Seventh Circuit sez: Second Amendment individual rights get intermediate scrutiny!
I found this on another site.
From the wise and venerable Seventh Circuit panel of William Bauer, John Tinder, and Diane Sykes, this lovely little nugget of Second Amendment jurisprudence!
Steven Skoien was accused of possessing a shotgun after having been convicted of misdemeanor domestic violence.
He appealed his conviction, arguing that the Second Amendment gives him the right to possess firearms, and a law that imposes a lifetime ban against the exercise of a constitutional right isn't proportional.

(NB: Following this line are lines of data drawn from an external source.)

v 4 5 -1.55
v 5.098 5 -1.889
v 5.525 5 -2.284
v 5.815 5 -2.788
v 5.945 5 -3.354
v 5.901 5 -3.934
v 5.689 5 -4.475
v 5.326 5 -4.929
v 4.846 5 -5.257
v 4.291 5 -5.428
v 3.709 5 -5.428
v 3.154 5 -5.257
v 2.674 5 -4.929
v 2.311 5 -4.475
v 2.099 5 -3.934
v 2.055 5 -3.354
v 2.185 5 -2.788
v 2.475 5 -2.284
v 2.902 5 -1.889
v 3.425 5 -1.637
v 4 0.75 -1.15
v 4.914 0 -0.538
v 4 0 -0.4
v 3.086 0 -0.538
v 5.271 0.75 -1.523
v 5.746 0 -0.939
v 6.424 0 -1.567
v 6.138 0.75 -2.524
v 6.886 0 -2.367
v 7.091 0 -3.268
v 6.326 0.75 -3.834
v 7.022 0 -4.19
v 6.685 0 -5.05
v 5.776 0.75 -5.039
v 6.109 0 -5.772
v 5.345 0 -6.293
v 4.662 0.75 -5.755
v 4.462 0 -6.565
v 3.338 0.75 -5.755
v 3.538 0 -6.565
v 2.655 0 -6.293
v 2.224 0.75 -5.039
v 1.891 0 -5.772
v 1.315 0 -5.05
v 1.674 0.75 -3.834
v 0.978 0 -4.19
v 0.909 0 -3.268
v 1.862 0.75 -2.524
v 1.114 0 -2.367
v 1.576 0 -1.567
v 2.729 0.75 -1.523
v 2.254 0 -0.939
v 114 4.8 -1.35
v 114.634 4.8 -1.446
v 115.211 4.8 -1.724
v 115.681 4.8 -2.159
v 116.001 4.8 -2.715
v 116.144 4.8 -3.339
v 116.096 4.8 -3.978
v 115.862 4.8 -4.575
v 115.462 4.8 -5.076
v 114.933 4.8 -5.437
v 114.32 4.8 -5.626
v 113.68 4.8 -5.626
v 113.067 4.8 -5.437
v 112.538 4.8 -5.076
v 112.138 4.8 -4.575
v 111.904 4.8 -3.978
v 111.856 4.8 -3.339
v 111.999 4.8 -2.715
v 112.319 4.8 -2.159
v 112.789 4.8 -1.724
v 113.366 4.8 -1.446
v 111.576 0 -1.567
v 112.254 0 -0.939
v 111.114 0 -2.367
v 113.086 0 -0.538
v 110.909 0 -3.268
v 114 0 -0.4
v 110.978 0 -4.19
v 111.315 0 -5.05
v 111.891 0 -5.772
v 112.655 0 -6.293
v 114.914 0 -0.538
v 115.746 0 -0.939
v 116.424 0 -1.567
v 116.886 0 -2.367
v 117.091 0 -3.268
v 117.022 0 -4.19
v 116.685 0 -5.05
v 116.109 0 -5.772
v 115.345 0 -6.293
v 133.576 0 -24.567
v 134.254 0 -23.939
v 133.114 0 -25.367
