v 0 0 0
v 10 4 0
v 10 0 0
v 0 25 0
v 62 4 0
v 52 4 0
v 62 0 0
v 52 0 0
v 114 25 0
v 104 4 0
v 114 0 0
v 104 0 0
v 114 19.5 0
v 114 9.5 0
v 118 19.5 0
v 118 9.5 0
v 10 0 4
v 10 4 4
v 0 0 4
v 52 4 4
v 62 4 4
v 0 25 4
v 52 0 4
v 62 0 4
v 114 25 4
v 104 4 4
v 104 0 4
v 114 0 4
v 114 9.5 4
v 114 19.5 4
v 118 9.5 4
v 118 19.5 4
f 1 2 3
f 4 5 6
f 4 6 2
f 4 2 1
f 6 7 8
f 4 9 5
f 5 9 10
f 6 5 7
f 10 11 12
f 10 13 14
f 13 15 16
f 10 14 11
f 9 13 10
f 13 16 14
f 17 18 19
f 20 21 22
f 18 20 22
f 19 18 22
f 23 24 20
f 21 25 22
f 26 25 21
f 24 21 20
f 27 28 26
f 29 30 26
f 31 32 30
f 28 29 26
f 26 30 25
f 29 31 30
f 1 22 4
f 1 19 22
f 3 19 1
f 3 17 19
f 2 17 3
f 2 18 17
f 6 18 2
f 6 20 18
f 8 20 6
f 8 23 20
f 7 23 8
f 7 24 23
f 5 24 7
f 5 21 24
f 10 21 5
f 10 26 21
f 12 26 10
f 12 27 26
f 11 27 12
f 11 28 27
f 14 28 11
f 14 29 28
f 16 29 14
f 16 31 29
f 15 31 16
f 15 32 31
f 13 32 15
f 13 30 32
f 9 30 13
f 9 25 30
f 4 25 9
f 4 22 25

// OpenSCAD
// file: globals.scad
/* Copyright 2018 Guillaume JORANDON
 * 
 * This file is distributed under the terms of the MIT License.
 * Check https://opensource.org/licenses/MIT for more details.
 * 
 * ./front_core/globals.scad: global variables that apply to pieces from the front core.
 *
 * NB.: units are assumed to be millimeters.
 */

include <../globals.scad>

/* Total height of the front core */
front_core_height = 128;
/* Total length of the front core */
front_core_length = 161;
/* Total width of the front core */
front_core_width = 100;
/* height from bottom to the first lip */
front_core_partial_height = 61;
/* height from bottom of the piece to the top of the inner floor */
front_core_inner_floor_height = 40;
/* relative height between the bottom and the top of the lip */
front_core_lip_height = 4;
/* how much the lip reduces the inner core container */
front_core_lip_reduction = 16;
/* distance from the tubular core (including the back border) to the bottom of the piece */
front_core_tube_elevation = 42;
/* outer diameter of the transparent tubular core */
front_core_tube_diameter = 55;
/* size of the back border of the transparent core */
front_core_tube_back_border_size = 5;
/* lip inner slope width */
front_core_lip_inner_slope = 5;
/* thickness of the PVC tube for the lower part of the front core */
front_core_lower_tube_thickness = 3;
/* thickness of the transparent center core */
front_core_center_core_thickness = 3;
/* length of the center core tube, including the extra space in the rear core, and the extra space on the front */
front_core_center_core_length = 117 + 2*sheet_thickness;
/* distance from the front of the piece */
front_core_center_core_offset = 44;
/* length of holes to attach the floor of the piece */
front_core_floor_hole = 10;
/* distance between the two attaching holes of the floor */
front_core_floor_hole_distance = 24;
/* length of holes to attach the inner walls of the piece */
front_core_inner_walls_hole = front_core_floor_hole;
/* hole of the junction screws */
front_core_junction_hole_diameter = 5;
/* hole of the junction nuts */
front_core_junction_nut_diameter = front_core_junction_hole_diameter*2;
/* length of the front core if we remove the junction with 1B */
front_core_partial_length = 110 + 2*sheet_thickness;
// file: ../globals.scad
/* Copyright 2018 Guillaume JORANDON
 * 
 * This file is distributed under the terms of the MIT License.
 * Check https://opensource.org/licenses/MIT for more details.
 * 
 * ./globals.scad: some global variables that apply to every piece.
 *
 * NB.: units are assumed to be millimeters.
 */

/*Thickness of laser cutted sheets */
sheet_thickness = 4;
/* Margin on the printsheet */
print_margin = 3;
/* Curves accuracy */
$fn = 360;

/* Distance between the border of the bottom of the frontest plate of the rear_core and the bottom of the front core */
cores_offset = 16;
// main file
/* Copyright 2018 Guillaume JORANDON
 * 
 * This file is distributed under the terms of the MIT License.
 * Check https://opensource.org/licenses/MIT for more details.
 * 
 * ./front_core/1A.3.scad: inner side walls.
 *
 * quantity: 2
 * NB.: units are assumed to be millimeters.
 */

include <../globals.scad>
include <globals.scad>

module front_core_inner_floor_side_holes() {
    square([ front_core_inner_walls_hole, sheet_thickness]);
        translate([(front_core_partial_length-sheet_thickness-front_core_inner_walls_hole)/2, 0, 0]) square([ front_core_inner_walls_hole, sheet_thickness]);
        translate([front_core_partial_length-sheet_thickness-front_core_inner_walls_hole, 0, 0]) square([ front_core_inner_walls_hole, sheet_thickness]);
}

module front_core_1A_3() {
    translate([0, sheet_thickness, 0]) {
        square([front_core_partial_length-sheet_thickness, front_core_partial_height-front_core_inner_floor_height]);
        translate([front_core_partial_length-sheet_thickness, (front_core_partial_height-front_core_inner_floor_height - front_core_inner_walls_hole)/2, 0]) square([sheet_thickness, front_core_inner_walls_hole]);
        translate([0, -sheet_thickness, 0]) front_core_inner_floor_side_holes();
    }
}

linear_extrude(sheet_thickness) front_core_1A_3();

The Seventh Circuit agreed, holding that this law burdening the right o possess firearms should be analyzed under the intermediate scrutiny standard: Quote: The government has approached this case as though all it had to do to defend the constitutionality of § 922(g)(9) is invoke Heller’s language about certain “presumptively lawful” gun regulations—notably, felon-dispossession laws. Not so. Heller held that the Second Amendment secures an individual natural right to possess firearms for self-defense; the opinion’s reference to exceptions cannot be read to relieve the government of its burden of justifying laws that restrict Second Amendment rights. Although Heller did not settle on a standard of review, it plainly ruled out the deferential rational basis test; this leaves either strict scrutiny or some form of “intermediate” review. . . . ...we conclude that intermediate scrutiny applies to Skoien’s Second Amendment challenge to this § 922(g)(9) prosecution. The government has the burden of establishing a reasonable fit between its important interest in reducing domestic gun violence and the means chosen to advance that interest—§ 922(g)(9)’s total disarmament of domestic-violence misdemeanants. Accordingly, we vacate Skoien’s conviction and remand for further proceedings consistent with this opinion. If the government successfully discharges its burden, the district court shall reinstate Skoien’s conviction.
Seems very reasonable to me.
Hardly seems like a gun take away to me. Sounds like wise and thoughtful application of the Second Amendment to me.
Who would have thought, especially on Obama's watch.